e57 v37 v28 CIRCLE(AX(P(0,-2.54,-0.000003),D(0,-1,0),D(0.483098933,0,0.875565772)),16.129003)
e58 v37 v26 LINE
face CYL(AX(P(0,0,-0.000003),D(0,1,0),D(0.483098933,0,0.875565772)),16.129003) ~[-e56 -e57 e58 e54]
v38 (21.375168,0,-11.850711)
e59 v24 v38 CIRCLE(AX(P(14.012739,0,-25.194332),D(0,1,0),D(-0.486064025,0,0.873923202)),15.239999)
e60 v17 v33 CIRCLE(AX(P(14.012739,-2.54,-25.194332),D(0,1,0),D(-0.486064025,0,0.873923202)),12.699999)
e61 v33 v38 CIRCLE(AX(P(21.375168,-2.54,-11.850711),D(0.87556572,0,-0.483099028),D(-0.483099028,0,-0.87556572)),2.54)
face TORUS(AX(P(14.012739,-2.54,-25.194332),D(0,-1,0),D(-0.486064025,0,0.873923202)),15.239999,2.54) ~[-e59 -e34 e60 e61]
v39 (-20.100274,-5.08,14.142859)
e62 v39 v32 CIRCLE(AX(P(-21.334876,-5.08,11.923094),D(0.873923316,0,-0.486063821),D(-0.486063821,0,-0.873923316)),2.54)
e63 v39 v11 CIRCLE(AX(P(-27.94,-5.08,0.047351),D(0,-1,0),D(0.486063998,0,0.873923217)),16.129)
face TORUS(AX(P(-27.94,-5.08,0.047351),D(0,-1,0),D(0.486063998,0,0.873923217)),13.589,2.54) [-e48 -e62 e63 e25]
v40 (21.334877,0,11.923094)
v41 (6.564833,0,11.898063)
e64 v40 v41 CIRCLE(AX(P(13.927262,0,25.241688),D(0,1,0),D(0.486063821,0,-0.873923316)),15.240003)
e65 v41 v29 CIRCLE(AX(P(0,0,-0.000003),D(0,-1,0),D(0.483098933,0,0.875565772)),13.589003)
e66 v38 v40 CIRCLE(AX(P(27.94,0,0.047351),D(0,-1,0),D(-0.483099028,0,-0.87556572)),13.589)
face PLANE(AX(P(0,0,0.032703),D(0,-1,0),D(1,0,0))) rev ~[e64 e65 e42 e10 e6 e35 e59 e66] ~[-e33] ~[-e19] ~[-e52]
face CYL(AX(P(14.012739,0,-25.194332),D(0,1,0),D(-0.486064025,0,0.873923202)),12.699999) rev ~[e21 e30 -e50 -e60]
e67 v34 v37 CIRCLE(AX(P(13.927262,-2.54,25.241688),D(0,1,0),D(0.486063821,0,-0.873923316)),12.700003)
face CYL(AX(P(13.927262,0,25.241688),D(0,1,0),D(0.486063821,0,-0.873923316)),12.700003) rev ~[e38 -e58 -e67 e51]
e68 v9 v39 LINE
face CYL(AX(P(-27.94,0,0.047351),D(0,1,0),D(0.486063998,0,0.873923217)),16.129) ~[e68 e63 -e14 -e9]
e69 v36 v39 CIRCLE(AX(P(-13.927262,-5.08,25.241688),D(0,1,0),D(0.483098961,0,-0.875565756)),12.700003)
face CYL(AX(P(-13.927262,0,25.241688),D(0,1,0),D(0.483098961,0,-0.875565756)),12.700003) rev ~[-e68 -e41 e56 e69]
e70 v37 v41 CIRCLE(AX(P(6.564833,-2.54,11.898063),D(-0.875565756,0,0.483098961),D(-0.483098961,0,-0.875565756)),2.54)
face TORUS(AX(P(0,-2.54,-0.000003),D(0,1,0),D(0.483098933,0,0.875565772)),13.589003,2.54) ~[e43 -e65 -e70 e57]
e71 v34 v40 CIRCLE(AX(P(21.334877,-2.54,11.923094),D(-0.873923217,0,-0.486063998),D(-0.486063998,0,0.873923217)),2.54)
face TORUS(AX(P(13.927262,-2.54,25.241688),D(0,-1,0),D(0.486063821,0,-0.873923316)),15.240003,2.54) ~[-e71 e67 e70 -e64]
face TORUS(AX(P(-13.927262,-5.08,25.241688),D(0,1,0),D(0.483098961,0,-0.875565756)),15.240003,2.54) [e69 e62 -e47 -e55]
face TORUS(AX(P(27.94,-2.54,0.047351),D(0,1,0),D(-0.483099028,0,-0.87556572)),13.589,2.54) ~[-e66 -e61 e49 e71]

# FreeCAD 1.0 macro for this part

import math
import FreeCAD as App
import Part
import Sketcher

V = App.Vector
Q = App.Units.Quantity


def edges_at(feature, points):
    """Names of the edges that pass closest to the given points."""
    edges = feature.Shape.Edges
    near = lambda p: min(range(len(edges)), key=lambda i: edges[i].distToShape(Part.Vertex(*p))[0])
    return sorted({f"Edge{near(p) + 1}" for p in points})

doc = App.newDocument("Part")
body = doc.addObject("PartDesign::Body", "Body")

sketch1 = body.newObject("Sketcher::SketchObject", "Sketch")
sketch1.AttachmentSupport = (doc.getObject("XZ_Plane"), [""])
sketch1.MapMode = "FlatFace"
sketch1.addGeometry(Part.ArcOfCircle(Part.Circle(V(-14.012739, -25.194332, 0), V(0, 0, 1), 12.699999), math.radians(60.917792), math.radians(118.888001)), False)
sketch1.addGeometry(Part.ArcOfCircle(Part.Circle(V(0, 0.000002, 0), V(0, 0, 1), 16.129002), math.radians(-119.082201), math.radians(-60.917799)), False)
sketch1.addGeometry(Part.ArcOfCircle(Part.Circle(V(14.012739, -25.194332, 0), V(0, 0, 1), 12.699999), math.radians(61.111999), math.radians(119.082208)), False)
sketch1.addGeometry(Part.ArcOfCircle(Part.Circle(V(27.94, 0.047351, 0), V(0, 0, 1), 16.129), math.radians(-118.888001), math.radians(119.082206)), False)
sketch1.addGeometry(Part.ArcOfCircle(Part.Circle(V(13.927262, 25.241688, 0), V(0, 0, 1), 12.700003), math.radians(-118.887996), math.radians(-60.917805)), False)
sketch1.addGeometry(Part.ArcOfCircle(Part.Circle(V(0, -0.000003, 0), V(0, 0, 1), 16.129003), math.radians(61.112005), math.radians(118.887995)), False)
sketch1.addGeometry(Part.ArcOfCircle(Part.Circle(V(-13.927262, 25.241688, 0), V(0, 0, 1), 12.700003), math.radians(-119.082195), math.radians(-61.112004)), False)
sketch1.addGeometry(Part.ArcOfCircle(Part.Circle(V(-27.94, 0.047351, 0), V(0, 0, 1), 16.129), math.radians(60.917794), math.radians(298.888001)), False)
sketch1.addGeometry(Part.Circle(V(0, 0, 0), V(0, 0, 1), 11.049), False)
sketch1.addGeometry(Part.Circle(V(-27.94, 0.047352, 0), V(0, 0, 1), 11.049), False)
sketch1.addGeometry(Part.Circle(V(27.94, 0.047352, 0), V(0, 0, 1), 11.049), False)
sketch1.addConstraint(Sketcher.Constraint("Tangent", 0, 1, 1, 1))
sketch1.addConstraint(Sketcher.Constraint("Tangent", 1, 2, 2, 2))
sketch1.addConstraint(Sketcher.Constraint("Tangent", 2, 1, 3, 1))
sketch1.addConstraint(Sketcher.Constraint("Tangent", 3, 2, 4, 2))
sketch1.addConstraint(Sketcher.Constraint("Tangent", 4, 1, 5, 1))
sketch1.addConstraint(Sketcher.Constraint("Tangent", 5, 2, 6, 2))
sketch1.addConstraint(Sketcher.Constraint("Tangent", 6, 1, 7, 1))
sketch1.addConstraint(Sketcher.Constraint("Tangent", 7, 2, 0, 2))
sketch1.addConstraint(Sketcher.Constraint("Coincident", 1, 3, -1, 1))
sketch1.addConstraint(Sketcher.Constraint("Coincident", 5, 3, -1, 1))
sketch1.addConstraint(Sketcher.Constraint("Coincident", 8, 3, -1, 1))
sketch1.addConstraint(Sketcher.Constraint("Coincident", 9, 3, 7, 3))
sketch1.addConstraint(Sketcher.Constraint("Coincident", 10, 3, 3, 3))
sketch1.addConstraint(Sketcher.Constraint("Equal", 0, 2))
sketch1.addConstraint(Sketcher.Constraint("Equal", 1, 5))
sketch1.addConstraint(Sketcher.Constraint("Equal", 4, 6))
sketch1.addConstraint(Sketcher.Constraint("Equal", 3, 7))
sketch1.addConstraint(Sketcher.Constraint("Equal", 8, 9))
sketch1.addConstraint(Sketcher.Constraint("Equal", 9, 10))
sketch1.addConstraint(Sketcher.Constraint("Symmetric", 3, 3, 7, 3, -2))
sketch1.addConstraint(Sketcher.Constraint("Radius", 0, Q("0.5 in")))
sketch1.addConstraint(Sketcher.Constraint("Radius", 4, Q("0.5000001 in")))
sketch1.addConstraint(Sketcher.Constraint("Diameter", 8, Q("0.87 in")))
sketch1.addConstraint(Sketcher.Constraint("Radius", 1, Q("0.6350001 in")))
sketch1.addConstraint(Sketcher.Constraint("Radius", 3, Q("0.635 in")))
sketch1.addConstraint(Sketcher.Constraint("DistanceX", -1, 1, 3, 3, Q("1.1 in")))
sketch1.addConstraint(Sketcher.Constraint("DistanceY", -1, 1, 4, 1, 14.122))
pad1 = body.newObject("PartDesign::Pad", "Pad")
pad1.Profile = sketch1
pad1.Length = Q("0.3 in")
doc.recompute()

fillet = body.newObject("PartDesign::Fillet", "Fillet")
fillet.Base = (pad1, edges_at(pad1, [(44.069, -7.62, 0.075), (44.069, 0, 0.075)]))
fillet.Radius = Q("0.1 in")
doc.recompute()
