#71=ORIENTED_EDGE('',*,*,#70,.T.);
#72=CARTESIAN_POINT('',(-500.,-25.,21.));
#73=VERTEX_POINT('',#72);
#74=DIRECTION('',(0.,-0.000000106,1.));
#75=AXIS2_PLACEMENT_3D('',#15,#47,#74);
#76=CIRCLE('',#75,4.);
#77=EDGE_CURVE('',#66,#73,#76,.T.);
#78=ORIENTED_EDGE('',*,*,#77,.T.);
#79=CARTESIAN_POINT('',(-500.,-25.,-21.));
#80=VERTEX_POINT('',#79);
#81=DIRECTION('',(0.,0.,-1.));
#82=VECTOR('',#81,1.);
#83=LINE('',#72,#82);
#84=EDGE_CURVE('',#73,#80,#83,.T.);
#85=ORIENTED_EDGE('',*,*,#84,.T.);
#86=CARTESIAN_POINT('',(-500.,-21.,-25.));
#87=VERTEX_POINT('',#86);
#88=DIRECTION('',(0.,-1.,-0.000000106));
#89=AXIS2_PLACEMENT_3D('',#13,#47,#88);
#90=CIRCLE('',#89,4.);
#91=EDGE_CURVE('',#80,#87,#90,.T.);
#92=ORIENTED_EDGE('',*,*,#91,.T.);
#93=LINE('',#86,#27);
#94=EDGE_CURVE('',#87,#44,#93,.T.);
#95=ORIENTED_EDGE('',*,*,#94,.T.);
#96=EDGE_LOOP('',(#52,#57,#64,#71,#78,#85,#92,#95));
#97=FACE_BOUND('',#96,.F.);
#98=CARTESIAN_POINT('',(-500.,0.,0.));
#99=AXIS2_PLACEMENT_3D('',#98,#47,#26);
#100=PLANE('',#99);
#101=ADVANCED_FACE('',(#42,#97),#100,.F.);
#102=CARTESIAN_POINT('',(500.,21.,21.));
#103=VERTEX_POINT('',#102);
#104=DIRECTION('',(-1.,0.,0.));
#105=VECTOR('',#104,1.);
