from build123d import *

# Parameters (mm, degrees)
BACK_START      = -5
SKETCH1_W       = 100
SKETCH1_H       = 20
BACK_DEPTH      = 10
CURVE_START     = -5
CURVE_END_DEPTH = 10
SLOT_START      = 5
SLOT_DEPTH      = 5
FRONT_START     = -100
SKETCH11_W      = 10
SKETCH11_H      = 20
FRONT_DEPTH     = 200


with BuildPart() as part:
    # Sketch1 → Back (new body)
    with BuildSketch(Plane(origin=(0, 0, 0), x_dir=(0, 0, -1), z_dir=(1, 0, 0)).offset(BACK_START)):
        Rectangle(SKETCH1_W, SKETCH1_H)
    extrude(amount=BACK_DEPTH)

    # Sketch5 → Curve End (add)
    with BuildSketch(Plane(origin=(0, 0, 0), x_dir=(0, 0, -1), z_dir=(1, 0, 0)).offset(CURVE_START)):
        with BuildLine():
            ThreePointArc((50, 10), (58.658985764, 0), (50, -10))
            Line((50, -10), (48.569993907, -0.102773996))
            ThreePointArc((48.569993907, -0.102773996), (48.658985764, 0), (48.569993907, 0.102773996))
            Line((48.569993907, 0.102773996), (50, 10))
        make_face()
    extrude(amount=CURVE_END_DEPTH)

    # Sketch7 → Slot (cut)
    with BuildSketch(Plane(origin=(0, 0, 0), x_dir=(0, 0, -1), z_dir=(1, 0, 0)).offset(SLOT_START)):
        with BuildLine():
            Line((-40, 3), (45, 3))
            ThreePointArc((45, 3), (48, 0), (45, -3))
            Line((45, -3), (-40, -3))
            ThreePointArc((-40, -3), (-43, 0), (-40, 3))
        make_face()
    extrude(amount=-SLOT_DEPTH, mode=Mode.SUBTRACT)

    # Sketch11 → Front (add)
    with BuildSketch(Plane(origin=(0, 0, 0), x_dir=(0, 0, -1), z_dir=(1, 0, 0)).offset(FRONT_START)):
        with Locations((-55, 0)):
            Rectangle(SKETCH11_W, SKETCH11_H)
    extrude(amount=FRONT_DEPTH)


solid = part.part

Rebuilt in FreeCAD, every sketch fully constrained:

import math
import FreeCAD as App
import Part
import Sketcher

V = App.Vector


def add_polygon(sketch, points):
    """Adds a closed chain of lines whose ends are joined by coincident constraints."""
    first, n = sketch.GeometryCount, len(points)
    for a, b in zip(points, points[1:] + points[:1]):
        sketch.addGeometry(Part.LineSegment(App.Vector(*a, 0), App.Vector(*b, 0)), False)
    for i in range(n):
        sketch.addConstraint(Sketcher.Constraint("Coincident", first + i, 2, first + (i + 1) % n, 1))

doc = App.newDocument("Part")
body = doc.addObject("PartDesign::Body", "Body")

# Sketch on YZ plane
sketch1 = body.newObject("Sketcher::SketchObject", "Sketch")
sketch1.AttachmentSupport = (doc.getObject("YZ_Plane"), [""])
sketch1.MapMode = "FlatFace"
sketch1.AttachmentOffset = App.Placement(V(0, 0, -5), App.Rotation())
add_polygon(sketch1, [(10, 50), (-10, 50), (-10, -50), (10, -50)])  # lines 0-3
sketch1.addConstraint([
    Sketcher.Constraint("Horizontal", 0),
    Sketcher.Constraint("Vertical", 1),
    Sketcher.Constraint("Horizontal", 2),
    Sketcher.Constraint("Vertical", 3),
    Sketcher.Constraint("Symmetric", 0, 2, 2, 2, -1, 1),
    Sketcher.Constraint("DistanceX", 0, 2, 0, 1, 20.0),
    Sketcher.Constraint("DistanceY", 1, 2, 1, 1, 100.0),
])
pad1 = body.newObject("PartDesign::Pad", "Pad")
pad1.Profile = sketch1
pad1.Length = 10

# Sketch on YZ plane
sketch2 = body.newObject("Sketcher::SketchObject", "Sketch001")
sketch2.AttachmentSupport = (doc.getObject("YZ_Plane"), [""])
sketch2.MapMode = "FlatFace"
sketch2.AttachmentOffset = App.Placement(V(0, 0, -5), App.Rotation())
sketch2.addGeometry([
    Part.ArcOfCircle(Part.Circle(V(0, -48.555145, 0), V(0, 0, 1), 10.103841), math.radians(-171.778484), math.radians(-8.221516)),
    Part.LineSegment(V(10, -50, 0), V(0.102774, -48.569994, 0)),
    Part.ArcOfCircle(Part.Circle(V(0, -48.555145, 0), V(0, 0, 1), 0.103841), math.radians(-171.778484), math.radians(-8.221516)),
    Part.LineSegment(V(-0.102774, -48.569994, 0), V(-10, -50, 0)),
], False)
sketch2.addConstraint([
    Sketcher.Constraint("Coincident", 0, 2, 1, 1),
    Sketcher.Constraint("Coincident", 1, 2, 2, 2),
    Sketcher.Constraint("Coincident", 2, 1, 3, 1),
    Sketcher.Constraint("Coincident", 3, 2, 0, 1),
    Sketcher.Constraint("Coincident", 2, 3, 0, 3),
    Sketcher.Constraint("Symmetric", 1, 2, 2, 1, -2),
    Sketcher.Constraint("Horizontal", 0, 2, 3, 2),
    Sketcher.Constraint("Distance", 1, 10.0),
    Sketcher.Constraint("DistanceX", -1, 1, 0, 2, 10.0),
    Sketcher.Constraint("DistanceY", 0, 2, -1, 1, 50.0),
    Sketcher.Constraint("Radius", 0, 10.103841),
    Sketcher.Constraint("DistanceY", 1, 2, 0, 3, 0.014849),
])
pad2 = body.newObject("PartDesign::Pad", "Pad001")
pad2.Profile = sketch2
pad2.Length = 10

# Sketch on YZ plane
sketch3 = body.newObject("Sketcher::SketchObject", "Sketch002")
sketch3.AttachmentSupport = (doc.getObject("YZ_Plane"), [""])
sketch3.MapMode = "FlatFace"
sketch3.AttachmentOffset = App.Placement(V(0, 0, 5), App.Rotation())
sketch3.addGeometry([
    Part.LineSegment(V(3, -45, 0), V(3, 40, 0)),
    Part.ArcOfCircle(Part.Circle(V(0, 40, 0), V(0, 0, 1), 3), math.radians(0), math.radians(180)),
    Part.LineSegment(V(-3, 40, 0), V(-3, -45, 0)),
    Part.ArcOfCircle(Part.Circle(V(0, -45, 0), V(0, 0, 1), 3), math.radians(180), math.radians(360)),
], False)
sketch3.addConstraint([
    Sketcher.Constraint("Tangent", 0, 2, 1, 1),
    Sketcher.Constraint("Tangent", 1, 2, 2, 1),
    Sketcher.Constraint("Tangent", 2, 2, 3, 1),
    Sketcher.Constraint("Tangent", 3, 2, 0, 1),
    Sketcher.Constraint("Vertical", 0),
    Sketcher.Constraint("Vertical", 2),
    Sketcher.Constraint("PointOnObject", 1, 3, -2),
    Sketcher.Constraint("Radius", 1, 3.0),
    Sketcher.Constraint("DistanceY", 0, 1, 0, 2, 85.0),
    Sketcher.Constraint("DistanceY", -1, 1, 1, 3, 40.0),
])
pocket1 = body.newObject("PartDesign::Pocket", "Pocket")
pocket1.Profile = sketch3
pocket1.Length = 5

# Sketch on YZ plane
sketch4 = body.newObject("Sketcher::SketchObject", "Sketch003")
sketch4.AttachmentSupport = (doc.getObject("YZ_Plane"), [""])
sketch4.MapMode = "FlatFace"
sketch4.AttachmentOffset = App.Placement(V(0, 0, -100), App.Rotation())
add_polygon(sketch4, [(10, 60), (-10, 60), (-10, 50), (10, 50)])  # lines 0-3
sketch4.addConstraint([
    Sketcher.Constraint("Horizontal", 0),
    Sketcher.Constraint("Vertical", 1),
    Sketcher.Constraint("Horizontal", 2),
    Sketcher.Constraint("Vertical", 3),
    Sketcher.Constraint("DistanceX", 0, 2, 0, 1, 20.0),
    Sketcher.Constraint("DistanceY", 1, 2, 1, 1, 10.0),
    Sketcher.Constraint("DistanceX", 0, 2, -1, 1, 10.0),
    Sketcher.Constraint("DistanceY", -1, 1, 0, 2, 60.0),
])
pad3 = body.newObject("PartDesign::Pad", "Pad002")
pad3.Profile = sketch4
pad3.Length = 200

doc.recompute()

[WHAT TO PRODUCE]: Copy out each line of the entries that holds "ThreePointArc".

[EXPECTED ANSWER]:
            ThreePointArc((50, 10), (58.658985764, 0), (50, -10))
            ThreePointArc((48.569993907, -0.102773996), (48.658985764, 0), (48.569993907, 0.102773996))
            ThreePointArc((45, 3), (48, 0), (45, -3))
            ThreePointArc((-40, -3), (-43, 0), (-40, 3))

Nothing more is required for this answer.